En y repensant, on ne s'est jamais écrit de lettres.

De toi à moi : un colis Amazon dont j'ignorais la provenance.

De moi à toi : une carte postale, intégralement rédigée en messages codés, de peur que ta mère tombe dessus.

Aujourd'hui, j'écris à cœur ouvert.

Il y a trois mois, j'ai décidé de faire un film sur nous. Sur le lieu de notre rencontre.

Tu te souviens, toi, où on s'est rencontrées ?

Je sais que toi aussi, parfois, tu mens, quand on te pose la question...

Quand je t'ai parlé de ce projet, en septembre, ça ne t'a pas vraiment surprise. Ça ne t'a pas dérangée. Ça ne t'a même pas intriguée. Tu as pris ça avec le même détachement que tout le reste. Ton habituel soutien, aussi affirmé que lointain.

Notre histoire – osons dire ça solennellement – c'est l'histoire de la distance.

D'une rencontre qui, dans le monde réel, n'aurait jamais dû avoir lieu.

D'un amour fracturé par l'absence, d'éternelles retrouvailles enflammées.

D'un quotidien qui se teinte d'une présence invisible.

D'obstacles insoupçonnés qui nous changent à jamais. De stigmates indélébiles.

Toi et moi, c'est la lutte perpétuelle de la confiance aveugle contre le mutisme de l'hypocrisie.

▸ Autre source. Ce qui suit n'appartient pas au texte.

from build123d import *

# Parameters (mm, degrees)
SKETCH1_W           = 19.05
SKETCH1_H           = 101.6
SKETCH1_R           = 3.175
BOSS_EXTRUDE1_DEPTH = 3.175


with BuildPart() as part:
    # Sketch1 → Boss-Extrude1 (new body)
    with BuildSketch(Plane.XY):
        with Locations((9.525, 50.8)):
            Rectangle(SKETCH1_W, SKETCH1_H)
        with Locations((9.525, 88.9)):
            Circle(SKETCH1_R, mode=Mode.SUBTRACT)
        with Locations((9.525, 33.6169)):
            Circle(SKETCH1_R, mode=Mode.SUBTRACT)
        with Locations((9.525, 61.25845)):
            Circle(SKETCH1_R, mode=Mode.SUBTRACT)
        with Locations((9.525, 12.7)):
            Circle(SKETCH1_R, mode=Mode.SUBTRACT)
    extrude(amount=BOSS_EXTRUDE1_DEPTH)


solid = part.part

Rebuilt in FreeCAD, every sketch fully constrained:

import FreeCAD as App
import Part
import Sketcher

V = App.Vector
Q = App.Units.Quantity


def add_polygon(sketch, points):
    """Adds a closed chain of lines whose ends are joined by coincident constraints."""
    first, n = sketch.GeometryCount, len(points)
    for a, b in zip(points, points[1:] + points[:1]):
        sketch.addGeometry(Part.LineSegment(App.Vector(*a, 0), App.Vector(*b, 0)), False)
    for i in range(n):
        sketch.addConstraint(Sketcher.Constraint("Coincident", first + i, 2, first + (i + 1) % n, 1))

doc = App.newDocument("Part")
body = doc.addObject("PartDesign::Body", "Body")

# Sketch on XY plane
sketch1 = body.newObject("Sketcher::SketchObject", "Sketch")
sketch1.AttachmentSupport = (doc.getObject("XY_Plane"), [""])
sketch1.MapMode = "FlatFace"
add_polygon(sketch1, [(0, 101.6), (0, 0), (19.1, 0), (19.1, 101.6)])  # lines 0-3
sketch1.addGeometry(Part.Circle(V(9.5, 12.7, 0), V(0, 0, 1), 3.2), False)  # 4
sketch1.addGeometry(Part.Circle(V(9.5, 33.6, 0), V(0, 0, 1), 3.2), False)  # 5
sketch1.addGeometry(Part.Circle(V(9.5, 61.3, 0), V(0, 0, 1), 3.2), False)  # 6
sketch1.addGeometry(Part.Circle(V(9.5, 88.9, 0), V(0, 0, 1), 3.2), False)  # 7
sketch1.addConstraint(Sketcher.Constraint("Vertical", 0))
sketch1.addConstraint(Sketcher.Constraint("Horizontal", 1))
sketch1.addConstraint(Sketcher.Constraint("Vertical", 2))
sketch1.addConstraint(Sketcher.Constraint("Horizontal", 3))
sketch1.addConstraint(Sketcher.Constraint("Coincident", 0, 2, -1, 1))
sketch1.addConstraint(Sketcher.Constraint("Equal", 4, 5))
sketch1.addConstraint(Sketcher.Constraint("Equal", 5, 6))
sketch1.addConstraint(Sketcher.Constraint("Equal", 6, 7))
sketch1.addConstraint(Sketcher.Constraint("Vertical", 4, 3, 5, 3))
sketch1.addConstraint(Sketcher.Constraint("Vertical", 5, 3, 6, 3))
sketch1.addConstraint(Sketcher.Constraint("Vertical", 6, 3, 7, 3))
sketch1.addConstraint(Sketcher.Constraint("Diameter", 4, Q("0.25 in")))
sketch1.addConstraint(Sketcher.Constraint("DistanceY", 0, 2, 0, 1, Q("4 in")))
sketch1.addConstraint(Sketcher.Constraint("DistanceY", 4, 3, 7, 3, Q("3 in")))
sketch1.addConstraint(Sketcher.Constraint("DistanceX", 1, 1, 1, 2, Q("0.75 in")))
sketch1.addConstraint(Sketcher.Constraint("DistanceY", -1, 1, 4, 3, Q("0.5 in")))
sketch1.addConstraint(Sketcher.Constraint("DistanceX", -1, 1, 4, 3, Q("0.375 in")))
sketch1.addConstraint(Sketcher.Constraint("DistanceY", -1, 1, 5, 3, Q("1.3235 in")))
sketch1.addConstraint(Sketcher.Constraint("DistanceY", -1, 1, 6, 3, 61.25845))
pad1 = body.newObject("PartDesign::Pad", "Pad")
pad1.Profile = sketch1
pad1.Length = Q("0.125 in")

doc.recompute()
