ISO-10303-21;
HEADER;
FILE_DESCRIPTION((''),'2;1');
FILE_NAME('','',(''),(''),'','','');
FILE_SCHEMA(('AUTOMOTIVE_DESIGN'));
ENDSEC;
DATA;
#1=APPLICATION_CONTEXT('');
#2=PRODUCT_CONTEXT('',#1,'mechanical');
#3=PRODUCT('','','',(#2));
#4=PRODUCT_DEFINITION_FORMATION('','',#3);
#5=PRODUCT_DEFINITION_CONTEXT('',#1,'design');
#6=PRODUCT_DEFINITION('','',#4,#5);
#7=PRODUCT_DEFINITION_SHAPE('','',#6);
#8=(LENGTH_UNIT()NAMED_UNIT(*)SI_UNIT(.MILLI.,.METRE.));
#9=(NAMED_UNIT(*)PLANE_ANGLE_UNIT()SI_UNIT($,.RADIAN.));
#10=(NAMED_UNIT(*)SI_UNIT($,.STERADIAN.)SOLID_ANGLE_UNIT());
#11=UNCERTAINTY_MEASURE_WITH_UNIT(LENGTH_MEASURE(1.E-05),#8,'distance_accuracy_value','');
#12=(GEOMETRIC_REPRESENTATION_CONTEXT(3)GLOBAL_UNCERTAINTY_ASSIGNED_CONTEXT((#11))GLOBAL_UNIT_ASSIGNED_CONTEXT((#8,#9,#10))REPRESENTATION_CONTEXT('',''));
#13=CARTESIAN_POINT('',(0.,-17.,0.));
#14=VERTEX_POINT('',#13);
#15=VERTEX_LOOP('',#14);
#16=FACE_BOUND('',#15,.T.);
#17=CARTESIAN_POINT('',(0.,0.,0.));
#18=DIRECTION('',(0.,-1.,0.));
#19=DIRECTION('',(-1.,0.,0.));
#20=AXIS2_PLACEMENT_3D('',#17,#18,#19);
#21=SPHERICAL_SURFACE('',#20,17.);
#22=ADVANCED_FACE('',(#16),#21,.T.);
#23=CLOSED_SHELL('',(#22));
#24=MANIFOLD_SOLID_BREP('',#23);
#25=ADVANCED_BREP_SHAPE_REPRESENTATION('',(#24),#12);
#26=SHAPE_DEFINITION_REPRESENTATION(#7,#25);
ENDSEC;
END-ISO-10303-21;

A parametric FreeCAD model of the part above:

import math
import FreeCAD as App
import Part
import Sketcher
Q = App.Units.Quantity

doc = App.newDocument("Part")
body = doc.addObject("PartDesign::Body", "Body")

# Sketch on XY plane
sketch1 = doc.addObject("Sketcher::SketchObject", "Sketch")
body.addObject(sketch1)
sketch1.AttachmentSupport = (doc.XY_Plane, [""])
sketch1.MapMode = "FlatFace"
sketch1.addGeometry(Part.LineSegment(App.Vector(0, -17, 0), App.Vector(0, 17, 0)), False)
sketch1.addGeometry(Part.ArcOfCircle(Part.Circle(App.Vector(0, 0, 0), App.Vector(0, 0, 1), 17), math.radians(90), math.radians(270)), False)
sketch1.addConstraint(Sketcher.Constraint("Coincident", 0, 1, 1, 2))
sketch1.addConstraint(Sketcher.Constraint("Coincident", 1, 1, 0, 2))
sketch1.addConstraint(Sketcher.Constraint("Vertical", 0))
sketch1.addConstraint(Sketcher.Constraint("Coincident", 1, 3, -1, 1))
sketch1.addConstraint(Sketcher.Constraint("PointOnObject", 0, 1, -2))
sketch1.addConstraint(Sketcher.Constraint("Radius", 1, Q("17 mm")))
revolution = doc.addObject("PartDesign::Revolution", "Revolution")
body.addObject(revolution)
revolution.Profile = sketch1
revolution.ReferenceAxis = (sketch1, ["V_Axis"])
revolution.Angle = 360

doc.recompute()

Un idéal qui, sans cesse, vient se heurter au mur de la réalité.

Le virtuel qui s'échine à prendre une forme concrète...

C'est aussi ce qu'est ce film.

La tentative absurde de représenter ce que je peine déjà à exprimer avec des mots.

Les images se cherchent, se percutent, se mélangent maladroitement.

Ce ne sont que des souvenirs. Des bribes de vie mises bout à bout. Des fragments en phase de devenir un tout, aussi cohérent que l'existence peut l'être. Un hasard séquencé.

Les cuts surgissent sans prévenir.

Le paysage défile longuement à travers la vitre du train, entre deux lieux que nous partagerons brièvement.

Tu n'es presque jamais à l'écran.

Je sais que tu détestes, quand mon objectif cristallise ton image à ton insu.

Toujours à te trouver quelconque ou laide. À faire semblant d'être superficielle.

Je sais aussi que tu accepterais sans rien dire que ton portrait mitraille mon film. Tu me vendrais toute ton image pour un sourire.

Mais je n'en abuserai pas. Égoïstement, parce que je préfère la garder pour moi seule.

Surtout, parce que ton visage ne brille pas par sa présence, au quotidien.

L'incertitude de nos rencontres a fait d'un simple de tes regards un événement à part-entière.

À l'écran aussi, tu seras un événement. Une ombre furtive. Un reflet dans une vitre. Une main ou une jambe sans attache.

En ton absence, mes griffonnages prennent le pas. Mes écrits, mes dessins. Mes vidanges mentales. Mais également mes lectures solitaires. Le Paradis perdu. Je deviens l'ange déchu. Le monde sans toi, mon pandémonium. Un Enfer au creux duquel les souvenirs se muent en démons.